Records provided:
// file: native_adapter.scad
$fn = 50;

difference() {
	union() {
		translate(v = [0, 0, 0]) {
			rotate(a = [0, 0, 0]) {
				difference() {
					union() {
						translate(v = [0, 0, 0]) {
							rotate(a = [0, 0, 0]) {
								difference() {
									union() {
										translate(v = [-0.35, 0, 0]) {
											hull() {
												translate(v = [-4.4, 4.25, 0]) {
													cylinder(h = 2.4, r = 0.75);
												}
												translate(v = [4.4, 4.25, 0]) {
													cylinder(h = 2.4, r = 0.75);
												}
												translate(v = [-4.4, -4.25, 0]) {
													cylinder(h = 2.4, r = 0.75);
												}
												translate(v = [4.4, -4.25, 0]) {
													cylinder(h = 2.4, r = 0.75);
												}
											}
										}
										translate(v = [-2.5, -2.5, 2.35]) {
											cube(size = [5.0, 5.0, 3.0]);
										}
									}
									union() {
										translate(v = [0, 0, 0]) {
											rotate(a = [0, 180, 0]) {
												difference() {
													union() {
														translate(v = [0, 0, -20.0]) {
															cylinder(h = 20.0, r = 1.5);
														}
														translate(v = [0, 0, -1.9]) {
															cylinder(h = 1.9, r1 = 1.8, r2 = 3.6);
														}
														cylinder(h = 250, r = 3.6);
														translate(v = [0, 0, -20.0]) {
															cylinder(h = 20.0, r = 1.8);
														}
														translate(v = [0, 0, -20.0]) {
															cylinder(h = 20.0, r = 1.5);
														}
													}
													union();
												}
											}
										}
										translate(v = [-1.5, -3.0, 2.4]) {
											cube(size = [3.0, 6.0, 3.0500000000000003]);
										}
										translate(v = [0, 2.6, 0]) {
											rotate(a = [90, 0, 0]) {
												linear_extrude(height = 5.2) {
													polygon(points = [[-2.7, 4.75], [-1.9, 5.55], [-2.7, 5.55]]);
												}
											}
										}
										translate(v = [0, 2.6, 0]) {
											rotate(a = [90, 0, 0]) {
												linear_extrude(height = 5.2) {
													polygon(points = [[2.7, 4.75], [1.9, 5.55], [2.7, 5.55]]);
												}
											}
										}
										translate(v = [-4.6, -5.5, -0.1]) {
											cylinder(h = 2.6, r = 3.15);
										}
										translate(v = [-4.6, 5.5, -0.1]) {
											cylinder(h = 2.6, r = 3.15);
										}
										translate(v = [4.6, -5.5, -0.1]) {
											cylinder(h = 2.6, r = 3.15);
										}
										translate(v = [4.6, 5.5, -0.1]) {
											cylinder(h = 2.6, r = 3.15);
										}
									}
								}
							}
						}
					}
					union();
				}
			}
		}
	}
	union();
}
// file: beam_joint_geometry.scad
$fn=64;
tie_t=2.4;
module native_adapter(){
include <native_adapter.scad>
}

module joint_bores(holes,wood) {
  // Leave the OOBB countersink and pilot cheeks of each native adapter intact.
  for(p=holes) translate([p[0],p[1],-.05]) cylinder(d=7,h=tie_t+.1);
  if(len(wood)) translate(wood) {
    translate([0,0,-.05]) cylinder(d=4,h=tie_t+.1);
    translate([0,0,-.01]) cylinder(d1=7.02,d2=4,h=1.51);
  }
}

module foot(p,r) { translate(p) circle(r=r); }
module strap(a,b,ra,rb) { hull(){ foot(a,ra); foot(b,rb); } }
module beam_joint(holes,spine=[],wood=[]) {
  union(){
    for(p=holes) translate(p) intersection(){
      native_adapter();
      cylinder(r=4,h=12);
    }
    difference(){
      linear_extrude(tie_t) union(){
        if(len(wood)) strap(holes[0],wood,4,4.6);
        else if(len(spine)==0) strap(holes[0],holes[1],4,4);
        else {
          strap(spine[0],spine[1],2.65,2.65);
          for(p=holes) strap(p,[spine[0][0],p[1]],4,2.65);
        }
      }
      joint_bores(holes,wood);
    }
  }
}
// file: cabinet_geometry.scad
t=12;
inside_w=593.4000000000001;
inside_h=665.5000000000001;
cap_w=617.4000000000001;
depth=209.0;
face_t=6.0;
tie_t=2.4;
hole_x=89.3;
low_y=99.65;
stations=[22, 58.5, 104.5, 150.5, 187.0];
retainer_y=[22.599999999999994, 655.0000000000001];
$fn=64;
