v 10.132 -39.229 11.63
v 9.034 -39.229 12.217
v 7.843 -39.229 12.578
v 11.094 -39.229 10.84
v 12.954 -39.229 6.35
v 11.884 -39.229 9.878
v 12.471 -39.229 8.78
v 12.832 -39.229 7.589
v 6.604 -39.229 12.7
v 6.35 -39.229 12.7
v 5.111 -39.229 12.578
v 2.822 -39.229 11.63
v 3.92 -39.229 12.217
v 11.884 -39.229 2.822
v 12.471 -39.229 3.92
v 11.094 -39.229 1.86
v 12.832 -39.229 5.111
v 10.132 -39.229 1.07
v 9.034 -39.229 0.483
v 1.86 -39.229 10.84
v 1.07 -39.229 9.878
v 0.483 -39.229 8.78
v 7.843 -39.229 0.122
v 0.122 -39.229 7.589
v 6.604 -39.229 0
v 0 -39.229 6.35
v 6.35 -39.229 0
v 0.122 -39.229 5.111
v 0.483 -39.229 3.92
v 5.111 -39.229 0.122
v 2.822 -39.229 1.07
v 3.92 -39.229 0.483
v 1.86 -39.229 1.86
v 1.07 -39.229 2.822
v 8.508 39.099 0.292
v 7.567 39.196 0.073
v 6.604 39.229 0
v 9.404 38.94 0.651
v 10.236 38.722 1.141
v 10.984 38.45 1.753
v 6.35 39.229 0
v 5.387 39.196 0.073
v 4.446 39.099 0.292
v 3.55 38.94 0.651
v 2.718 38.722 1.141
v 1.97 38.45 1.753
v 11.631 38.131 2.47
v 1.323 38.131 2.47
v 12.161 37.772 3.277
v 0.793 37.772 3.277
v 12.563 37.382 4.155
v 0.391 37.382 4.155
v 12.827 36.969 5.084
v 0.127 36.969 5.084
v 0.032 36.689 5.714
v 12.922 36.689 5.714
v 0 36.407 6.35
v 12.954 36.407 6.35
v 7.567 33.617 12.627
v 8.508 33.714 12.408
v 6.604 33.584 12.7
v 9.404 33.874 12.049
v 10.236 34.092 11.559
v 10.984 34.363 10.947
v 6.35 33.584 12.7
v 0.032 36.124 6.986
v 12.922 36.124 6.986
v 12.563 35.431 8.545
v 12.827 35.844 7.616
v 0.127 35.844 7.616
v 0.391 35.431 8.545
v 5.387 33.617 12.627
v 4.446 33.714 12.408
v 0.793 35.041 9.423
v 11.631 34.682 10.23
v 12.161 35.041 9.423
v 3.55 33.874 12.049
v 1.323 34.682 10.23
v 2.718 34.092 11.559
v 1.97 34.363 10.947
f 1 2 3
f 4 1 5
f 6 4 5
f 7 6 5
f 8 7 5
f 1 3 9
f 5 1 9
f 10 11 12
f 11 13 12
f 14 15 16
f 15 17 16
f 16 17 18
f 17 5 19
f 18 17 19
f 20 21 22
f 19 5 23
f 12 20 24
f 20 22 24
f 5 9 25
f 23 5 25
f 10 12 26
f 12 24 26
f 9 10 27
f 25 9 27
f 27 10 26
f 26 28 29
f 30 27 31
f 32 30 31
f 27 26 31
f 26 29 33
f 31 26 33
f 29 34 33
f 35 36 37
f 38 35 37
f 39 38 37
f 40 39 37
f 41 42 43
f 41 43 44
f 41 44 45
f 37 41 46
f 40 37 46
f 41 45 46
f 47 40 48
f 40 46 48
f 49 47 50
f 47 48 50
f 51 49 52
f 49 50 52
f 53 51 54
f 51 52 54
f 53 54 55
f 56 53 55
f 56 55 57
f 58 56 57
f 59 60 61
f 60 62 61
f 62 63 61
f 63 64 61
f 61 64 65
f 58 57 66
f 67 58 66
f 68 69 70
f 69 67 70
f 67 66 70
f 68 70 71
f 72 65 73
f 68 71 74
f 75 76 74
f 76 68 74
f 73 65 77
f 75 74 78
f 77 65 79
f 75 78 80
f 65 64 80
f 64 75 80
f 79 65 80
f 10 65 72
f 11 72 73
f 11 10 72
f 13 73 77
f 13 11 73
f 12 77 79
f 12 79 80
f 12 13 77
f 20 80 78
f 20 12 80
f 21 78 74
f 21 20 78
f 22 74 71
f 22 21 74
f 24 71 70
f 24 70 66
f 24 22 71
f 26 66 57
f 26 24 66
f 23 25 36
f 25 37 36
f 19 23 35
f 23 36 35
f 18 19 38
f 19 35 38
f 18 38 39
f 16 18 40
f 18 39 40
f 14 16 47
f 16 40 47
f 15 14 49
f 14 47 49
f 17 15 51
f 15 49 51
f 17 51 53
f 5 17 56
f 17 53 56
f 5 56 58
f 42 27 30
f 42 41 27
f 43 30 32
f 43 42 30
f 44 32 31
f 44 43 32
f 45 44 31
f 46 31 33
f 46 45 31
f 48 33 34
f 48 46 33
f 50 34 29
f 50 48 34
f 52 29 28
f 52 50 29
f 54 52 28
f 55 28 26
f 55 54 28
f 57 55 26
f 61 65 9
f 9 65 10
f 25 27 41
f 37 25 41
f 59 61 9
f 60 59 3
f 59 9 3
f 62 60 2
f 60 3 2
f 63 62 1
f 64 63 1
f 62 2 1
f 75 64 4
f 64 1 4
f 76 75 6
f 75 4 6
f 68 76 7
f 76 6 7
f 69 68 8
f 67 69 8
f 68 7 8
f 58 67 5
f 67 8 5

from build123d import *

# Parameters (mm, degrees)
F2_DEPTH = 12.954
F3_R     = 6.34999


# Not quite as in the source:
# - a fillet or chamfer is up to 0.001 mm smaller than in the source, because OpenCascade refuses the exact size


with BuildPart() as f2:
    # F1 (on Right) → F2 (new body)
    with BuildSketch(Plane.YZ):
        Polygon((-39.228890075, 12.7), (-39.228890075, 0), (39.228890075, 0), (33.5844452765, 12.7), align=None)
    extrude(amount=F2_DEPTH)

    # F3 (radius 6.35 in the source; OpenCascade refuses exactly that, so slightly less here)
    f3_edges = [f2.edges().sort_by_distance(p)[0] for p in [
        (12.954, 0, 0),
        (12.954, -2.822222, 12.7),
        (0, -2.822222, 12.7),
        (0, 0, 0),
    ]]
    fillet(f3_edges, radius=F3_R)


solid = f2.part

Your instructions: Each line in the data that holds the string "file" must be returned.

Answer:
// file: native_adapter.scad
// file: beam_joint_geometry.scad
// file: cabinet_geometry.scad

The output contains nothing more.